Terapia antiretrovirale, Foscarnet e Oseltamivir

HAART (o terapia antiretrovirale altamente attiva): sono dei farmaci attivi che hanno completamente cambiato l’approccio al virus del HIV. Questa terapia è in grado di bloccare la progressione dell’infezione, quindi il passaggio dal virus HIV all’AIDS, resta così un’infezione cronica ma asintomatica, migliorando notevolmente la vita dei soggetti infettati. Non è una cura nel senso latino del termine, cioè non elimina il virus, ma semplicemente ne blocca la replicazione, non ha alcuna attività quindi nei confronti del virus latente e si è visto che soprattutto a livello dei linfonodi c’è una percentuale di linfociti (per quanto riguarda i linfociti T non attivati) che albergano il virus in forma latente. Queste cellule possono però essere attivate ed avvenuto ciò il virus può ricominciare a replicarsi: rappresentano quindi la sorgente infettiva quando la terapia viene sospesa.

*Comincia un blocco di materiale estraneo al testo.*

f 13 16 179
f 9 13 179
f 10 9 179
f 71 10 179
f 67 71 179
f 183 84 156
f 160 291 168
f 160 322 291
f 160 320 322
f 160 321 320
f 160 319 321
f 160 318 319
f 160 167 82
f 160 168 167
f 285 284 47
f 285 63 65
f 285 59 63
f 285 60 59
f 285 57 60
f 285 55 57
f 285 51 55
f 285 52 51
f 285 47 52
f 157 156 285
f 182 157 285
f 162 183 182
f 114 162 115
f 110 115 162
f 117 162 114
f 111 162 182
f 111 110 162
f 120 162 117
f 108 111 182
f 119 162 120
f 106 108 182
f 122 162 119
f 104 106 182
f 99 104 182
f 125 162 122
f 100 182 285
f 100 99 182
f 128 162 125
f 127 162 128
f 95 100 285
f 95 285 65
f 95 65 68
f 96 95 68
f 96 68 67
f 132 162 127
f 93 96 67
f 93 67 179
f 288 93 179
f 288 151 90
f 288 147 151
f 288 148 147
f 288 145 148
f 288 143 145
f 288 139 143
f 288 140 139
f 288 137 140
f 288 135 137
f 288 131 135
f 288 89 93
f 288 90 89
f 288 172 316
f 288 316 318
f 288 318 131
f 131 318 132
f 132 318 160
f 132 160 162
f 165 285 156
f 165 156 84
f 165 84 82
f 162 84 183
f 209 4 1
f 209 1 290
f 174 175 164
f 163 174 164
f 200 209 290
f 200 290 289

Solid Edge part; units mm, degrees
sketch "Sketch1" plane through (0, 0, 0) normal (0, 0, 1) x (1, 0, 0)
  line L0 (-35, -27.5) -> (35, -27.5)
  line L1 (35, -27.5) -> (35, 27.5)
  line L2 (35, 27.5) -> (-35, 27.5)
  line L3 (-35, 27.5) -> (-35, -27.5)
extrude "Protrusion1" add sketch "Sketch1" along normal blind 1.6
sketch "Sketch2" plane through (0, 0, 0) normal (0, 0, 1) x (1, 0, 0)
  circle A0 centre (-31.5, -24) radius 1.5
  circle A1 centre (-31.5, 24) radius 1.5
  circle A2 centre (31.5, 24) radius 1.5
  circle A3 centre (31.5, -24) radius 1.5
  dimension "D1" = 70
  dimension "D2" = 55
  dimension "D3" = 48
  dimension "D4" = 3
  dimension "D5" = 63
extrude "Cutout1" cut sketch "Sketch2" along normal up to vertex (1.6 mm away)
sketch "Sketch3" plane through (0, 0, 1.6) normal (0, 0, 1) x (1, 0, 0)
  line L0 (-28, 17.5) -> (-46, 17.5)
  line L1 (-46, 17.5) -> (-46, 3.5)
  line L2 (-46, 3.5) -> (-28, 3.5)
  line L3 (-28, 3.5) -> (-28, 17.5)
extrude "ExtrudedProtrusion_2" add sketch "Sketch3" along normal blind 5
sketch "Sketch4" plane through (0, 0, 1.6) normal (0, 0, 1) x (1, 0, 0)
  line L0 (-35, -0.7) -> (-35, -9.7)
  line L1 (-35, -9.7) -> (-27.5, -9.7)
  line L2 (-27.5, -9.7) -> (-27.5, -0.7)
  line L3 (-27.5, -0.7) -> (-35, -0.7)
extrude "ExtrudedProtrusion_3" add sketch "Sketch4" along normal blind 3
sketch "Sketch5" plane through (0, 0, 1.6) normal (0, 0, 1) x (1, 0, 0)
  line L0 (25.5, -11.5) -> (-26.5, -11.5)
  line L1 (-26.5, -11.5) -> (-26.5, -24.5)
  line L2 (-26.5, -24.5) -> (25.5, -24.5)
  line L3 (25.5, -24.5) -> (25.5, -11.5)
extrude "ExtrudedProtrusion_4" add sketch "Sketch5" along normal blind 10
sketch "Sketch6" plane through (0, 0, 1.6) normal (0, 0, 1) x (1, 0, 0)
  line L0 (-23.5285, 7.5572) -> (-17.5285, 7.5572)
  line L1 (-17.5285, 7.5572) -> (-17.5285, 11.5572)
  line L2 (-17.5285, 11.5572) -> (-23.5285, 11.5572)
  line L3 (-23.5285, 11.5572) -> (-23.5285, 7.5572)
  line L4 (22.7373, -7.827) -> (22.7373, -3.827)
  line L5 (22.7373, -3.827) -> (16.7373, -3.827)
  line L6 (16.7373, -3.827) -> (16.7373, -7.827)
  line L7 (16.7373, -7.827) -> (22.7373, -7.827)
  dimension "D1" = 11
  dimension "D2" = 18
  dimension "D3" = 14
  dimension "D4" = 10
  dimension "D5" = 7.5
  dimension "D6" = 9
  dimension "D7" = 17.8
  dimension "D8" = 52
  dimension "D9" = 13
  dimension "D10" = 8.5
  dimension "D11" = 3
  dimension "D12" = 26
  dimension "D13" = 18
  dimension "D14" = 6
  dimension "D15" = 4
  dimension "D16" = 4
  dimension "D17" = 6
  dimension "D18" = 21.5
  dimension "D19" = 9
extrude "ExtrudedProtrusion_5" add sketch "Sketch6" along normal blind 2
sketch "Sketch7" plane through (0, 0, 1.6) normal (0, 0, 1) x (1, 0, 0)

Attualmente in Italia sono stati approvati 26 farmaci suddivisi in classi: abbiamo tre classi storiche di farmaci a cui se ne sono aggiunti di nuovi che utilizzano delle strategie diverse d’azione. Le tre principali classi sono gli inibitori nucleosidici della trascrittasi inversa, gli inibitori non nucleosidici della trascrittasi inversa e gli inibitori della proteasi. La terapia HART è una terapia combinata: in ogni protocollo terapeutico ci devono essere sempre tre molecole diverse appartenenti perlomeno a due classi farmacologiche diverse e di queste una deve essere sempre un inibitore nucleotidico.

  • Analoghi nucleosidici: sono i primi farmaci che sono stati messi a punto ed erano preesistenti alla comparsa del HIV, erano stati infatti sperimentati come farmaci antitumorali ma poi si vide che erano troppo tossici per l’organismo, ma che erano dei forti inibitori della trascrittasi inversa. Agiscono con un meccanismo di inibizione competitiva, cioè legano la trascrittasi inversa nel sito catalitico dell’enzima dove viene normalmente legato il nucleotide e rendono l’enzima indisponibile ai nucleotidi normali
  • Inibitori non nucleosidici: sono molti meno rispetto agli inibitori nucleosidici, ma uno di questi, l’Efavirenz, è uno degli inibitori più potenti del virus del HIV. Sono delle molecole che da un punto di vista chimico non hanno niente a che vedere con i nucleosidi e non legano l’enzima nel sito catalitico, ma in una tasca idrofobica vicina al sito catalitico, determinando una distorsione della molecola e del sito catalitico stesso, che quindi non è più in grado di legare i nucleotidi. Il problema principale di questi farmaci è che hanno una soglia genetica (è il numero di mutazioni che rendono il virus insensibile al farmaco) molto bassa ed in alcuni casi basta una singola mutazione del gene della trascrittasi inversa per rendere il virus insensibile: la somministrazione di questo farmaco da solo diventa inutile in pochissimo tempo
  • Inibitori della proteasi: l’enzima proteasi è un prodotto del gene Pol e serve a tagliare le poliproteine prodotte durante la fase di traduzione degli mRNA. Il processo di gemmazione del virus dalla membrana citoplasmatica inizia quando è ancora presente la poliproteina Gag-Pol che prende contatto da una parte con le proteine dell’envelope, e dall’altra con il RNA virale. Durante il processo di fuoriuscita del virus dalla cellula la porzione di questa poliproteina che corrisponde alla proteasi taglia mediante un autoclivaggio la poliproteina, determinando la formazione della matrice e del capside. Inibire questo enzima determina la formazione di particelle virali immature, che gemmano ma al cui interno non è avvenuto il processo di maturazione, non si sono formati nè il capside né la la matrice. Dal punto di vista chimico non sono degli amminoacidi, però in una porzione della molecola simulano la struttura del sito di taglio dell’enzima che si trova sulla poliproteina, c’è quindi una competizione (si parla di inibizione competitiva) tra il substrato naturale ed il farmaco, infatti se il farmaco è in concentrazione maggiore sarà questo ad essere legato all’enzima. Questi farmaci sono caratterizzati dall’avere una soglia genetica abbastanza alta e ciò ha permesso di fare delle terapie combinate piuttosto efficaci.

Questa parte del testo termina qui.